Content starts

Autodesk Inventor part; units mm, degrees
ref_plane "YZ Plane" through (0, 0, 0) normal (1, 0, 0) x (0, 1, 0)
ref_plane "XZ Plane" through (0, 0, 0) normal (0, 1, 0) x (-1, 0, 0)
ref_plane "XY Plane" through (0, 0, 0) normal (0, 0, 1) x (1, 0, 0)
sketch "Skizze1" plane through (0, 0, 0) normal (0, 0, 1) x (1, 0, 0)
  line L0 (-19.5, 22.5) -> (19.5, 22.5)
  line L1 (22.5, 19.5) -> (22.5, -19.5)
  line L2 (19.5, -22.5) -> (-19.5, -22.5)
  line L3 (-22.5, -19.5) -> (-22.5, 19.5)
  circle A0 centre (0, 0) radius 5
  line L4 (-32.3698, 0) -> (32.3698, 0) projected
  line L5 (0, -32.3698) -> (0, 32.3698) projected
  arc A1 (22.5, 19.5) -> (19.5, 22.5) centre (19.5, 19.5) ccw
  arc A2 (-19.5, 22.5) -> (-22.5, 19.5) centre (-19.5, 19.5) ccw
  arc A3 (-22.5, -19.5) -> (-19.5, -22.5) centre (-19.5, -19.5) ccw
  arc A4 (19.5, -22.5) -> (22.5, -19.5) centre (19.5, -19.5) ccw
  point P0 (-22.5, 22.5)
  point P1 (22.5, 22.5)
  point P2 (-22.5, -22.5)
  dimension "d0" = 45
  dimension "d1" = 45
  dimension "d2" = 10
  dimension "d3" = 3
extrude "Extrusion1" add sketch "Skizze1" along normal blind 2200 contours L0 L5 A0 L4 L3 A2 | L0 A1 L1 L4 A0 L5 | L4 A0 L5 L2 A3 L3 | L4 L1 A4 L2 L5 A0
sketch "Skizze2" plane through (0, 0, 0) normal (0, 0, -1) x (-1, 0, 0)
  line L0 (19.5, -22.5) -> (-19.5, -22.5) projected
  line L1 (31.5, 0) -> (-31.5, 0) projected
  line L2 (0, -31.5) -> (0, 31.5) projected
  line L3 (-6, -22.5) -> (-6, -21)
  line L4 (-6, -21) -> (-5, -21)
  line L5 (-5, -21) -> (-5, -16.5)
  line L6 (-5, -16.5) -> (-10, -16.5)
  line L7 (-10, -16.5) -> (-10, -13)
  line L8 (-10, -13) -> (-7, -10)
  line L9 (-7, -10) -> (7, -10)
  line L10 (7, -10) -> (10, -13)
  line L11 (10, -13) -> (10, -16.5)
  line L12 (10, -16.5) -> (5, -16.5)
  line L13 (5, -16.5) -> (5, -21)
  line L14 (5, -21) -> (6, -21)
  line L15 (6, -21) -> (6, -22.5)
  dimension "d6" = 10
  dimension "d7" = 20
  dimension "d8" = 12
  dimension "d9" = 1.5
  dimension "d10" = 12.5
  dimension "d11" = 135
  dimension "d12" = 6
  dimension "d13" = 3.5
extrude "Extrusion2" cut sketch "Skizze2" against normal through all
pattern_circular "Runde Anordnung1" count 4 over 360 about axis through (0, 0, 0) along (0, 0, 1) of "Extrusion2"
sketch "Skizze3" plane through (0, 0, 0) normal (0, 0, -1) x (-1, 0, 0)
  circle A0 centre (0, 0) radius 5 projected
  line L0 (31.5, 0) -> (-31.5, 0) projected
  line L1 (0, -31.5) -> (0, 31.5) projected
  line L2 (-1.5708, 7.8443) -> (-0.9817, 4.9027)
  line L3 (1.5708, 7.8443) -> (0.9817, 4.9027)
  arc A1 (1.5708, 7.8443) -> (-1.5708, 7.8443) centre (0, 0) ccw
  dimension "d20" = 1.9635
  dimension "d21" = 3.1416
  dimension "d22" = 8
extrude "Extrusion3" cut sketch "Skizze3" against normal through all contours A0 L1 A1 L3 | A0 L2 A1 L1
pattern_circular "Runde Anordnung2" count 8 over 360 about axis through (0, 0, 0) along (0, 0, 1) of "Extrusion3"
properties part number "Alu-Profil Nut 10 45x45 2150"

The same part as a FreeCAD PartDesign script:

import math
import FreeCAD as App
import Part
import Sketcher
Q = App.Units.Quantity

doc = App.newDocument("Part")
body = doc.addObject("PartDesign::Body", "Body")

# Sketch on XY plane
sketch1 = body.newObject("Sketcher::SketchObject", "Sketch")
sketch1.AttachmentSupport = (doc.getObject("XY_Plane"), [""])
sketch1.MapMode = "FlatFace"
sketch1.addGeometry([
    Part.ArcOfCircle(Part.Circle(App.Vector(-19.5, 19.5, 0), App.Vector(0, 0, 1), 3), math.radians(90), math.radians(180)),  # 0
    Part.LineSegment(App.Vector(-22.5, 19.5, 0), App.Vector(-22.5, -19.5, 0)),  # 1
    Part.ArcOfCircle(Part.Circle(App.Vector(-19.5, -19.5, 0), App.Vector(0, 0, 1), 3), math.radians(180), math.radians(270)),  # 2
    Part.LineSegment(App.Vector(-19.5, -22.5, 0), App.Vector(19.5, -22.5, 0)),  # 3
    Part.ArcOfCircle(Part.Circle(App.Vector(19.5, -19.5, 0), App.Vector(0, 0, 1), 3), math.radians(-90), math.radians(0)),  # 4
    Part.LineSegment(App.Vector(22.5, -19.5, 0), App.Vector(22.5, 19.5, 0)),  # 5
    Part.ArcOfCircle(Part.Circle(App.Vector(19.5, 19.5, 0), App.Vector(0, 0, 1), 3), math.radians(0), math.radians(90)),  # 6
    Part.LineSegment(App.Vector(19.5, 22.5, 0), App.Vector(-19.5, 22.5, 0)),  # 7
    Part.Circle(App.Vector(0, 0, 0), App.Vector(0, 0, 1), 5),  # 8
], False)
sketch1.addConstraint([
    Sketcher.Constraint("Tangent", 0, 2, 1, 1),
    Sketcher.Constraint("Tangent", 1, 2, 2, 1),
    Sketcher.Constraint("Tangent", 2, 2, 3, 1),
    Sketcher.Constraint("Tangent", 3, 2, 4, 1),
    Sketcher.Constraint("Tangent", 4, 2, 5, 1),
    Sketcher.Constraint("Tangent", 5, 2, 6, 1),
    Sketcher.Constraint("Tangent", 6, 2, 7, 1),
    Sketcher.Constraint("Tangent", 7, 2, 0, 1),
    Sketcher.Constraint("Vertical", 1),
    Sketcher.Constraint("Horizontal", 3),
    Sketcher.Constraint("Vertical", 5),
    Sketcher.Constraint("Horizontal", 7),
    Sketcher.Constraint("Coincident", 8, 3, -1, 1),
    Sketcher.Constraint("Equal", 0, 2),
    Sketcher.Constraint("Equal", 2, 4),
    Sketcher.Constraint("Equal", 4, 6),
    Sketcher.Constraint("Symmetric", 0, 3, 4, 3, -1, 1),
    Sketcher.Constraint("Equal", 7, 1),
    Sketcher.Constraint("Diameter", 8, Q("10 mm")),
    Sketcher.Constraint("Radius", 0, Q("3 mm")),
    Sketcher.Constraint("DistanceX", 3, 1, 3, 2, Q("39 mm")),
])
pad1 = body.newObject("PartDesign::Pad", "Pad")
pad1.Profile = sketch1
pad1.Length = 2200

# Sketch on XY plane
sketch2 = body.newObject("Sketcher::SketchObject", "Sketch001")
sketch2.AttachmentSupport = (doc.getObject("XY_Plane"), [""])
sketch2.MapMode = "FlatFace"
sketch2.addGeometry([
    Part.LineSegment(App.Vector(-6, -22.5, 0), App.Vector(-6, -21, 0)),  # 0
    Part.LineSegment(App.Vector(-6, -21, 0), App.Vector(-5, -21, 0)),  # 1
    Part.LineSegment(App.Vector(-5, -21, 0), App.Vector(-5, -16.5, 0)),  # 2
    Part.LineSegment(App.Vector(-5, -16.5, 0), App.Vector(-10, -16.5, 0)),  # 3
    Part.LineSegment(App.Vector(-10, -16.5, 0), App.Vector(-10, -13, 0)),  # 4
    Part.LineSegment(App.Vector(-10, -13, 0), App.Vector(-7, -10, 0)),  # 5
    Part.LineSegment(App.Vector(-7, -10, 0), App.Vector(7, -10, 0)),  # 6
    Part.LineSegment(App.Vector(7, -10, 0), App.Vector(10, -13, 0)),  # 7
    Part.LineSegment(App.Vector(10, -13, 0), App.Vector(10, -16.5, 0)),  # 8
    Part.LineSegment(App.Vector(10, -16.5, 0), App.Vector(5, -16.5, 0)),  # 9
    Part.LineSegment(App.Vector(5, -16.5, 0), App.Vector(5, -21, 0)),  # 10
    Part.LineSegment(App.Vector(5, -21, 0), App.Vector(6, -21, 0)),  # 11
    Part.LineSegment(App.Vector(6, -21, 0), App.Vector(6, -22.5, 0)),  # 12
    Part.LineSegment(App.Vector(6, -22.5, 0), App.Vector(-6, -22.5, 0)),  # 13
], False)
sketch2.addConstraint([
    Sketcher.Constraint("Coincident", 0, 2, 1, 1),
    Sketcher.Constraint("Coincident", 1, 2, 2, 1),
    Sketcher.Constraint("Coincident", 2, 2, 3, 1),
    Sketcher.Constraint("Coincident", 3, 2, 4, 1),
    Sketcher.Constraint("Coincident", 4, 2, 5, 1),
    Sketcher.Constraint("Coincident", 5, 2, 6, 1),
    Sketcher.Constraint("Coincident", 6, 2, 7, 1),
    Sketcher.Constraint("Coincident", 7, 2, 8, 1),
    Sketcher.Constraint("Coincident", 8, 2, 9, 1),
    Sketcher.Constraint("Coincident", 9, 2, 10, 1),
    Sketcher.Constraint("Coincident", 10, 2, 11, 1),
    Sketcher.Constraint("Coincident", 11, 2, 12, 1),
    Sketcher.Constraint("Coincident", 12, 2, 13, 1),
    Sketcher.Constraint("Coincident", 13, 2, 0, 1),
    Sketcher.Constraint("Vertical", 0),
    Sketcher.Constraint("Horizontal", 1),
    Sketcher.Constraint("Vertical", 2),
    Sketcher.Constraint("Horizontal", 3),
    Sketcher.Constraint("Vertical", 4),
    Sketcher.Constraint("Horizontal", 6),
    Sketcher.Constraint("Vertical", 8),
    Sketcher.Constraint("Horizontal", 9),
    Sketcher.Constraint("Vertical", 10),
    Sketcher.Constraint("Horizontal", 11),
    Sketcher.Constraint("Vertical", 12),
    Sketcher.Constraint("Horizontal", 13),
    Sketcher.Constraint("Symmetric", 4, 2, 7, 2, -2),
    Sketcher.Constraint("Symmetric", 2, 2, 9, 2, -2),
    Sketcher.Constraint("Symmetric", 0, 2, 11, 2, -2),
    Sketcher.Constraint("Perpendicular", 5, 7),
    Sketcher.Constraint("Equal", 5, 7),
    Sketcher.Constraint("DistanceX", 13, 2, 13, 1, Q("12 mm")),
    Sketcher.Constraint("DistanceY", 0, 1, 0, 2, Q("1.5 mm")),
    Sketcher.Constraint("DistanceY", 4, 1, 4, 2, Q("3.5 mm")),
    Sketcher.Constraint("DistanceX", 3, 2, -1, 1, Q("10 mm")),
    Sketcher.Constraint("DistanceY", 5, 2, -1, 1, Q("10 mm")),
    Sketcher.Constraint("DistanceX", 2, 2, 6, 2, Q("12 mm")),
    Sketcher.Constraint("DistanceX", 2, 2, 9, 2, Q("10 mm")),
    Sketcher.Constraint("DistanceY", 12, 2, 9, 2, Q("6 mm")),
])
pocket1 = body.newObject("PartDesign::Pocket", "Pocket")
pocket1.Profile = sketch2
pocket1.Type = "ThroughAll"
pocket1.Reversed = True
doc.recompute()

polarpattern = body.newObject("PartDesign::PolarPattern", "PolarPattern")
polarpattern.Originals = [pocket1]
polarpattern.Axis = (doc.getObject("Z_Axis"), [""])
polarpattern.Angle = 360
polarpattern.Occurrences = 4
body.Tip = polarpattern

# Sketch on XY plane
sketch3 = body.newObject("Sketcher::SketchObject", "Sketch002")
sketch3.AttachmentSupport = (doc.getObject("XY_Plane"), [""])
sketch3.MapMode = "FlatFace"
sketch3.addGeometry([
    Part.LineSegment(App.Vector(-0.9817, 4.9027, 0), App.Vector(-1.5708, 7.8443, 0)),
    Part.ArcOfCircle(Part.Circle(App.Vector(0, 0, 0), App.Vector(0, 0, 1), 8.000028), math.radians(78.676443), math.radians(101.323557)),
    Part.LineSegment(App.Vector(1.5708, 7.8443, 0), App.Vector(0.9817, 4.9027, 0)),
    Part.ArcOfCircle(Part.Circle(App.Vector(0, 0, 0), App.Vector(0, 0, 1), 5), math.radians(78.677033), math.radians(101.322967)),
], False)
sketch3.addConstraint([
    Sketcher.Constraint("Coincident", 0, 2, 1, 2),
    Sketcher.Constraint("Coincident", 1, 1, 2, 1),
    Sketcher.Constraint("Coincident", 2, 2, 3, 1),
    Sketcher.Constraint("Coincident", 3, 2, 0, 1),
    Sketcher.Constraint("Coincident", 1, 3, -1, 1),
    Sketcher.Constraint("Coincident", 3, 3, -1, 1),
    Sketcher.Constraint("Horizontal", 0, 2, 1, 1),
    Sketcher.Constraint("Horizontal", 2, 2, 3, 2),
    Sketcher.Constraint("Radius", 1, Q("8 mm")),
    Sketcher.Constraint("Radius", 3, Q("5 mm")),
    Sketcher.Constraint("DistanceX", 0, 2, 1, 1, Q("3.1416 mm")),
    Sketcher.Constraint("DistanceX", 3, 2, 2, 2, Q("1.9634 mm")),
])
pocket2 = body.newObject("PartDesign::Pocket", "Pocket001")
pocket2.Profile = sketch3
pocket2.Type = "ThroughAll"
pocket2.Reversed = True
doc.recompute()

polarpattern2 = body.newObject("PartDesign::PolarPattern", "PolarPattern001")
polarpattern2.Originals = [pocket2]
polarpattern2.Axis = (doc.getObject("Z_Axis"), [""])
polarpattern2.Angle = 360
polarpattern2.Occurrences = 8
body.Tip = polarpattern2

doc.recompute()
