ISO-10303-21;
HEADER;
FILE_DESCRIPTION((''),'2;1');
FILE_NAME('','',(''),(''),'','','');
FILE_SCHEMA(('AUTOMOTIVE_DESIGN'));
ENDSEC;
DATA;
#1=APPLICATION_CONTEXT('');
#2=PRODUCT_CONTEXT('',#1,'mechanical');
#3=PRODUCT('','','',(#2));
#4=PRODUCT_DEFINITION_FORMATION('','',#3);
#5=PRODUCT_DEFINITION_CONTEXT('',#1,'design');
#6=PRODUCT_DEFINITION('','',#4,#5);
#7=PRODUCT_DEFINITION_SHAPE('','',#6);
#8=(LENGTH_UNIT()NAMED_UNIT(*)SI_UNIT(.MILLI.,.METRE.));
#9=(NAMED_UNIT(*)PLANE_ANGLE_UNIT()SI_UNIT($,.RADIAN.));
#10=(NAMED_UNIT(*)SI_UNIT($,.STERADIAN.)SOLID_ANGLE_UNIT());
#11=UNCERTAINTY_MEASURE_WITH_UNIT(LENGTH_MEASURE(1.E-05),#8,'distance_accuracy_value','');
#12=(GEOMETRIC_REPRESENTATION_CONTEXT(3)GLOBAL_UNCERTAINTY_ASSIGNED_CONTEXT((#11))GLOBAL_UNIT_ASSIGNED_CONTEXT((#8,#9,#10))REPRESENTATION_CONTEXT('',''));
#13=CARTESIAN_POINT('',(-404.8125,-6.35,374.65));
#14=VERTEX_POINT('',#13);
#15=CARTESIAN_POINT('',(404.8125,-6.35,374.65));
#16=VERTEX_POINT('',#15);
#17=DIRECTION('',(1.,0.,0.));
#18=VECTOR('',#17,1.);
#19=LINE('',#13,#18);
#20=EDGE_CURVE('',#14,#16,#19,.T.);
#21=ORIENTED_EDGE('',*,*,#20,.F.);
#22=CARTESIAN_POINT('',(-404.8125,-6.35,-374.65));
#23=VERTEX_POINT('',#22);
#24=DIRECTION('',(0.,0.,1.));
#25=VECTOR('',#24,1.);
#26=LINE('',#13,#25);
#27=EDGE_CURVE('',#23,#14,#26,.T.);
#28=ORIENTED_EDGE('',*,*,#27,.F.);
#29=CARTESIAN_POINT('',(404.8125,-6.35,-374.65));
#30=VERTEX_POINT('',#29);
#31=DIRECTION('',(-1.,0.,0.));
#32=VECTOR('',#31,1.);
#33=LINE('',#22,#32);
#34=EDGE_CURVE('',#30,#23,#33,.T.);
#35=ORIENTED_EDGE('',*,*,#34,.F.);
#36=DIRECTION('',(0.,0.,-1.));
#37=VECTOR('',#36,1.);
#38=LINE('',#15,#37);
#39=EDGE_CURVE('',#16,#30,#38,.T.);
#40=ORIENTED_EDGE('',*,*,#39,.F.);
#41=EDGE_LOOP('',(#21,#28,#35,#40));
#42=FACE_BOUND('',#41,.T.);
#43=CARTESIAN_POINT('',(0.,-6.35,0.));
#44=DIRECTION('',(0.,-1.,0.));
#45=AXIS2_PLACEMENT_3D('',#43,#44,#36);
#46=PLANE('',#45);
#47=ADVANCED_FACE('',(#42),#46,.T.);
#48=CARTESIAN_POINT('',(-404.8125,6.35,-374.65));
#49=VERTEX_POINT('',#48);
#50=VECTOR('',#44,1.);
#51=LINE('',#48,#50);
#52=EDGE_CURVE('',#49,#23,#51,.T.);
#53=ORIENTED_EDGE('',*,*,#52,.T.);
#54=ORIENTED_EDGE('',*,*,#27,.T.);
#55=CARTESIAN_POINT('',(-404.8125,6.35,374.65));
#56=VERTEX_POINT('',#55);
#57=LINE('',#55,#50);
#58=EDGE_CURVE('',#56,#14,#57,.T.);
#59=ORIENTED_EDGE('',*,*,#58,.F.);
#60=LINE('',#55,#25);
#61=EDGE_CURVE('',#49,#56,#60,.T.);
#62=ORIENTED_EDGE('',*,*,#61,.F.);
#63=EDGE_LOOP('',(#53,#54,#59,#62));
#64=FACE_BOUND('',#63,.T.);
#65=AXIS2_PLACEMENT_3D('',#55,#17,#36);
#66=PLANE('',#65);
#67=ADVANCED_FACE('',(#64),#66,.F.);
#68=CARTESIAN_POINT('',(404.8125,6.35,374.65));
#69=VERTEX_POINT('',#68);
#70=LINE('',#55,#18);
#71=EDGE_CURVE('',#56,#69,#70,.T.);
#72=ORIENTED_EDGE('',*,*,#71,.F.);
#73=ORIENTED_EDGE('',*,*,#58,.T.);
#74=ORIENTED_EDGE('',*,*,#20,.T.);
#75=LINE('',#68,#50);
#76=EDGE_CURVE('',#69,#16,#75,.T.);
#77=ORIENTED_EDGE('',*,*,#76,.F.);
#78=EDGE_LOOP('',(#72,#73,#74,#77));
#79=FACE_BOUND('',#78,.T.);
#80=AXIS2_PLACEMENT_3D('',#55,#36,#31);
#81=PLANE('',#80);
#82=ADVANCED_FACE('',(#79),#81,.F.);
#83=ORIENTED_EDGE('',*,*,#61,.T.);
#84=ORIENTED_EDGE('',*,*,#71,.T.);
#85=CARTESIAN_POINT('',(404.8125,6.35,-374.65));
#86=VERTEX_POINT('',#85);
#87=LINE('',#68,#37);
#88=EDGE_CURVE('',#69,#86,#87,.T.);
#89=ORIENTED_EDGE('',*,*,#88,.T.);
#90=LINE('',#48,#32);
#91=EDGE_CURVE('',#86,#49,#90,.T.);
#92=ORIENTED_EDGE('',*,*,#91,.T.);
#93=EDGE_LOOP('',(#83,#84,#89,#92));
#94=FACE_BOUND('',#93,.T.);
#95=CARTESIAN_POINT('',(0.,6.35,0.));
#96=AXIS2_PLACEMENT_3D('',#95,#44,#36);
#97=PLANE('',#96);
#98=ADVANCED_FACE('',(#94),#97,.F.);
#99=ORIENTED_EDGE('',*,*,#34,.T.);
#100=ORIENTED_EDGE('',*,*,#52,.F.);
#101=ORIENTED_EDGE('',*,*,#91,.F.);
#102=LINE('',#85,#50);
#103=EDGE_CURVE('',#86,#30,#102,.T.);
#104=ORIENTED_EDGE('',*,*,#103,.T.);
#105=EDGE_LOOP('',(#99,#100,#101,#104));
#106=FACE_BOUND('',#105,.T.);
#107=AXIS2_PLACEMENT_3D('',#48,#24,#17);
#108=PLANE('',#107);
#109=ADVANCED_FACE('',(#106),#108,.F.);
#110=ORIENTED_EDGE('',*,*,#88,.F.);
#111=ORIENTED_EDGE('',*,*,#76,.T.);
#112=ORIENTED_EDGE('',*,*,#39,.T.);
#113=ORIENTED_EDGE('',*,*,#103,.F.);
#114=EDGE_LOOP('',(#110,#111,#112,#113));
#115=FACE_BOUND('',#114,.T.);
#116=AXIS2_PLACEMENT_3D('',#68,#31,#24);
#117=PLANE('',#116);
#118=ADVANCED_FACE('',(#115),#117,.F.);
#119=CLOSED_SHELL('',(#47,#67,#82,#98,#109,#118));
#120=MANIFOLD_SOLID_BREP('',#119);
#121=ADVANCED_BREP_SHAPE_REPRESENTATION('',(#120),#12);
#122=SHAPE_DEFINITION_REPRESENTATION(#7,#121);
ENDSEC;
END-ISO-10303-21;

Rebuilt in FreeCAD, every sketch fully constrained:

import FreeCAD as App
import Part
import Sketcher
Q = App.Units.Quantity

doc = App.newDocument("Part")
params = doc.addObject("Spreadsheet::Sheet", "Params")
for row, (alias, value) in enumerate([
    ("sketch1_height", "29.5 in"),
    ("sketch1_width", "31.875 in"),
    ("pad1_length", "0.5 in"),
], start=1):
    params.set(f"A{row}", alias)
    params.set(f"B{row}", "=" + value)
    params.setAlias(f"B{row}", alias)

body = doc.addObject("PartDesign::Body", "Body")

# Sketch on XZ plane
sketch1 = doc.addObject("Sketcher::SketchObject", "Sketch")
body.addObject(sketch1)
sketch1.AttachmentSupport = (doc.XZ_Plane, [""])
sketch1.MapMode = "FlatFace"
sketch1.addGeometry(Part.LineSegment(App.Vector(-405, -375, 0), App.Vector(-405, 375, 0)), False)
sketch1.addGeometry(Part.LineSegment(App.Vector(-405, 375, 0), App.Vector(405, 375, 0)), False)
sketch1.addGeometry(Part.LineSegment(App.Vector(405, 375, 0), App.Vector(405, -375, 0)), False)
sketch1.addGeometry(Part.LineSegment(App.Vector(405, -375, 0), App.Vector(-405, -375, 0)), False)
sketch1.addConstraint(Sketcher.Constraint("Coincident", 0, 2, 1, 1))
sketch1.addConstraint(Sketcher.Constraint("Coincident", 1, 2, 2, 1))
sketch1.addConstraint(Sketcher.Constraint("Coincident", 2, 2, 3, 1))
sketch1.addConstraint(Sketcher.Constraint("Coincident", 3, 2, 0, 1))
sketch1.addConstraint(Sketcher.Constraint("Vertical", 0))
sketch1.addConstraint(Sketcher.Constraint("Horizontal", 1))
sketch1.addConstraint(Sketcher.Constraint("Vertical", 2))
sketch1.addConstraint(Sketcher.Constraint("Horizontal", 3))
sketch1.addConstraint(Sketcher.Constraint("Symmetric", 0, 2, 2, 2, -1, 1))
sketch1.addConstraint(Sketcher.Constraint("DistanceY", 0, 1, 0, 2, Q("29.5 in")))
sketch1.addConstraint(Sketcher.Constraint("DistanceX", 1, 1, 1, 2, Q("31.875 in")))
sketch1.setExpression("Constraints[9]", "Params.sketch1_height")
sketch1.setExpression("Constraints[10]", "Params.sketch1_width")
pad1 = doc.addObject("PartDesign::Pad", "Pad")
body.addObject(pad1)
pad1.Profile = sketch1
pad1.setExpression("Length", "Params.pad1_length")
pad1.Midplane = True

doc.recompute()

Content ends

▶ _WHAT TO PRODUCE_: Report back each line in the material above that contains the string "about".

▶ _RESPONSE TO THIS EXERCISE_:
pattern_circular "Runde Anordnung1" count 4 over 360 about axis through (0, 0, 0) along (0, 0, 1) of "Extrusion2"
pattern_circular "Runde Anordnung2" count 8 over 360 about axis through (0, 0, 0) along (0, 0, 1) of "Extrusion3"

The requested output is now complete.